Me he detenido. He respirado y dado la vuelta para mirarla otra vez. Seguía allí, hierática, erguida, soberbia, rodeada en su cintura por un anillo núbeo, recortándose contra el cielo azul.

La montaña parecía seguir con imaginarios ojos pétreos mi huida de ella, no habría sabido decir si con mofa o con tristeza, al fin y al cabo no era más que una mole caliza. Sí, me había dado miedo y huía de ella. Ella había ganado, y yo naturalmente había perdido.

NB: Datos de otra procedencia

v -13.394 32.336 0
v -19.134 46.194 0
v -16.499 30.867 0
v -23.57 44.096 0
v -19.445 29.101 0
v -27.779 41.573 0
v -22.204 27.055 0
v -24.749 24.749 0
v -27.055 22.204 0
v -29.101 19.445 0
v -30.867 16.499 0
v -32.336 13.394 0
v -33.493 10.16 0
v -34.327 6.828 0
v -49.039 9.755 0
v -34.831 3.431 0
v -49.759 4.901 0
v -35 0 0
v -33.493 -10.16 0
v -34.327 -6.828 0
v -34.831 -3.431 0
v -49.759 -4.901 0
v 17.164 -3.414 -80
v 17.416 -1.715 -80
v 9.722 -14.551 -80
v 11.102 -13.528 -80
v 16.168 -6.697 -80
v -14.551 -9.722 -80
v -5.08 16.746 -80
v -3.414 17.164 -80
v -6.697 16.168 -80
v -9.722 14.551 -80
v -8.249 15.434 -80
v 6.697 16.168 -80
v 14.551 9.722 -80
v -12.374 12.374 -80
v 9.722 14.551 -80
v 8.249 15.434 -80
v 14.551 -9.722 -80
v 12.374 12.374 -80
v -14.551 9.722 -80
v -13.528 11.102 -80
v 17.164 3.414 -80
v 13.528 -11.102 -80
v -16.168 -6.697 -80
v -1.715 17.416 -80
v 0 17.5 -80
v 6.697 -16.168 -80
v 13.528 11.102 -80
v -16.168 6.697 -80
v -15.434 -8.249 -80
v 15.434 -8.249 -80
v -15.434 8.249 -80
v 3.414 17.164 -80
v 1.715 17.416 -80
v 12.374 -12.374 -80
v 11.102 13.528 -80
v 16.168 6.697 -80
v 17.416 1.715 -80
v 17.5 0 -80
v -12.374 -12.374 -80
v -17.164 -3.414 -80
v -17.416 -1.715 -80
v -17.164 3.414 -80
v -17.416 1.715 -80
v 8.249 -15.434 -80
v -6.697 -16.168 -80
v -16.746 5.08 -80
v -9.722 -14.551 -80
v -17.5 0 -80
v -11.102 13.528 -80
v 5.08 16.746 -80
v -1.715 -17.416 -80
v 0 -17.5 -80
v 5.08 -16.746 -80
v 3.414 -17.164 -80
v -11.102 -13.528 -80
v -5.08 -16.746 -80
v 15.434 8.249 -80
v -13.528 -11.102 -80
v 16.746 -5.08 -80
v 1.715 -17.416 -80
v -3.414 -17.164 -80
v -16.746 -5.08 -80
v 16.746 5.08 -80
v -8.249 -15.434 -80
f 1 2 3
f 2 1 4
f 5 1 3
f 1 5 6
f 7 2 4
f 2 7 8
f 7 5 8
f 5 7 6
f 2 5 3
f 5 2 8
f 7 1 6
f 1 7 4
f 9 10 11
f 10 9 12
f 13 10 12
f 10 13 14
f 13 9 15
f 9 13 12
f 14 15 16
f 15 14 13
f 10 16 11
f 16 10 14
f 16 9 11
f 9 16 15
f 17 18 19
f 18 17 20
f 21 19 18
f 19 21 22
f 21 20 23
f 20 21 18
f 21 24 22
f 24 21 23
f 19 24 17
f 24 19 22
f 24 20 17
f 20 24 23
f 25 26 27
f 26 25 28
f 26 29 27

Mientras la miraba, sentí una punzada de rabia. Había pasado varios meses planeando mi expedición en solitario a fin de coronarla como un remedio espiritual, o mental, no lo sé, no me importa, contra mi estado anímico en el que primaba la ansiedad y merodeaba, como un necrófago alado, la depresión. Estaba harto de pastillas y miedos pasajeros. No soy idiota y sé que mi montaña, mi reto, no está ahora frente a mí, sino en mi interior. Mi montaña, mi cima, son mis miedos, mis fobias, mi falta de libertad real. Sin embargo, aquel macizo calcáreo era para mí un reto iniciático, un desafío espiritual. Sí, sentía rabia y un atisbo de rebelión interior asomó de entre mis cenizas mentales.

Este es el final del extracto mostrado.